We have not acted in this case out of any spirit of resentment. Indeed, we have no reason to feel specially aggrieved, for the offensive articles do not charge us, or any of us, with official misconduct. Their natural tendency, however, was to interfere with and obstruct the due administration of justice; and it was the unanimous opinion of the court, when the citation issued, that it was our duty to take notice of them and call the defendant to account. And it is still the judgment of the members of the court who take part in this decision that we acted wisely, and that we could not have ignored the defendant’s attempt to coerce our decision without being guilty of a craven faithlessness to duty.
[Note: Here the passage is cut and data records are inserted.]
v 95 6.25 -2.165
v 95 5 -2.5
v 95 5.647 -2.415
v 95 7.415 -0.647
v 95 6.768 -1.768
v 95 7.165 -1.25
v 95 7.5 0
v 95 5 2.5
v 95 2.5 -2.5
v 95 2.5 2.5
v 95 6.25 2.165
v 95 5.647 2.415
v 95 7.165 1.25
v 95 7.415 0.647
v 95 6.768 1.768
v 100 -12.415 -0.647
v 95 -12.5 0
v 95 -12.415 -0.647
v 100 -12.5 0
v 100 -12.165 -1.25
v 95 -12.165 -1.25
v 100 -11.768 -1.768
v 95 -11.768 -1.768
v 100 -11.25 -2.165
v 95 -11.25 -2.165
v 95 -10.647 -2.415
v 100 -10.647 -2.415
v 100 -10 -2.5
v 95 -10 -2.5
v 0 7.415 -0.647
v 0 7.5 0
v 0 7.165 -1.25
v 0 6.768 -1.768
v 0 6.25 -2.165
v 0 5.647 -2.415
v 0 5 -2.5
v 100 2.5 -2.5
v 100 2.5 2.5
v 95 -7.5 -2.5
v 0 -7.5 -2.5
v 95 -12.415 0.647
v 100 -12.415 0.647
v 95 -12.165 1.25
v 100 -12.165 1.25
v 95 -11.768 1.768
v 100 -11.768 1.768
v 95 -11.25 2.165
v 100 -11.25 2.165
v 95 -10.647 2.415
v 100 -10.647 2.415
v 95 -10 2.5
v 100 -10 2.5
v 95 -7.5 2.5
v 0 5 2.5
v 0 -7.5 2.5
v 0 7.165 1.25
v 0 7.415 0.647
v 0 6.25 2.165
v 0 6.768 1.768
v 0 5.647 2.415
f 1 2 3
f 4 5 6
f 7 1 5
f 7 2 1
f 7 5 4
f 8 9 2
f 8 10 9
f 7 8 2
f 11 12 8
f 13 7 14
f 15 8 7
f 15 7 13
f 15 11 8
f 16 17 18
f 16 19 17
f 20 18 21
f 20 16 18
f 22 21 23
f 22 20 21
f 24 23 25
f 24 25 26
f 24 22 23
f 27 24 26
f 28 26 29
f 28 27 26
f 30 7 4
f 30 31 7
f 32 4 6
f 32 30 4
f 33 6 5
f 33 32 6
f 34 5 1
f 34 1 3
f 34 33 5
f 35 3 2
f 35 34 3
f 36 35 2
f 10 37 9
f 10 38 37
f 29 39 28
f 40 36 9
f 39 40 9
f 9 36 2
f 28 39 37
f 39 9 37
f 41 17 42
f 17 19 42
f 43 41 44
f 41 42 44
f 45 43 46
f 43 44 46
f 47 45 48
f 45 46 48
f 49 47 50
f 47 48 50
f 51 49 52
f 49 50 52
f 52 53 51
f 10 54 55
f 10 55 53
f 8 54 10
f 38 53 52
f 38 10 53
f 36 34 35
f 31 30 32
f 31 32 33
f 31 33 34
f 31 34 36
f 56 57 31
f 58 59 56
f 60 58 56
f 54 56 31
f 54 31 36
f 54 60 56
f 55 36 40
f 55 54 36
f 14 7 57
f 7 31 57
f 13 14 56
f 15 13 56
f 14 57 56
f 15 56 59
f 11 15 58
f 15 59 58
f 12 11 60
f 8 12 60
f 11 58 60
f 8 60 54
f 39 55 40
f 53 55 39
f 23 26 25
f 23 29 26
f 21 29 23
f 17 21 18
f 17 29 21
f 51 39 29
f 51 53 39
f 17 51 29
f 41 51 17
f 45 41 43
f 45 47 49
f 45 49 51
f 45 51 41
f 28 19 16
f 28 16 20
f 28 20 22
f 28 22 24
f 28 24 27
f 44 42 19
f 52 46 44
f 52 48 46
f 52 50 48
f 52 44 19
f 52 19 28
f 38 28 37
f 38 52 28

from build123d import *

# Parameters (mm, degrees)
F1_DEPTH = 2.5
F2_R     = 2.49999


# Not quite as in the source:
# - a fillet or chamfer is up to 0.001 mm smaller than in the source, because OpenCascade refuses the exact size


with BuildPart() as f1:
    # F0 (on Top) → F1 (new body, symmetric)
    with BuildSketch(Plane.XY):
        Polygon((95, 7.5), (0, 7.5), (0, -7.5), (95, -7.5), (95, -12.5), (100, -12.5), (100, 2.5), (95, 2.5), align=None)
    extrude(amount=F1_DEPTH, both=True)

    # F2 (radius 2.5 in the source; OpenCascade refuses exactly that, so slightly less here)
    f2_edges = [f1.edges().sort_by_distance(p)[0] for p in [
        (97.5, -12.5, 2.5),
        (97.5, -12.5, -2.5),
        (47.5, 7.5, 2.5),
        (47.5, 7.5, -2.5),
    ]]
    fillet(f2_edges, radius=F2_R)


solid = f1.part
Whatever may have been the motive of the publishing company, its conduct was plainly unlawful. The articles in question did not, it is true, bring about a miscarriage of justice in the Kennedy Case, but their manifest tendency was in that direction. We can not escape the conclusion that the necessity for this proceeding has resulted from the fact that the services of the journalist were enlisted by interested parties to press upon the attention of the court, in a very important case, illegitimate arguments — reasons for a decision which, it is well understood, counsel could not, with propriety, advance. The defendant is guilty as charged in the information, and it is the sentence of the court that it pay a fine of $500 and the taxable costs. It will, however, have leave to move for a modification of the judgment during the present term upon showing that it has published a fair and truthful- account of the cause and occasion for this proceeding.

Since the above was written it has been suggested that the testimony of Edward Rosewater was not intended to be regarded as a part of the proceedings in this case. Granting that, our conclusions must remain unchanged. The guilt of the defendant is conclusively established without considering Mr. Rosewater’s testimony.

Norval, O. J., for the reasons heretofore stated by him, having refrained from taking part in the hearing, offered no opinion.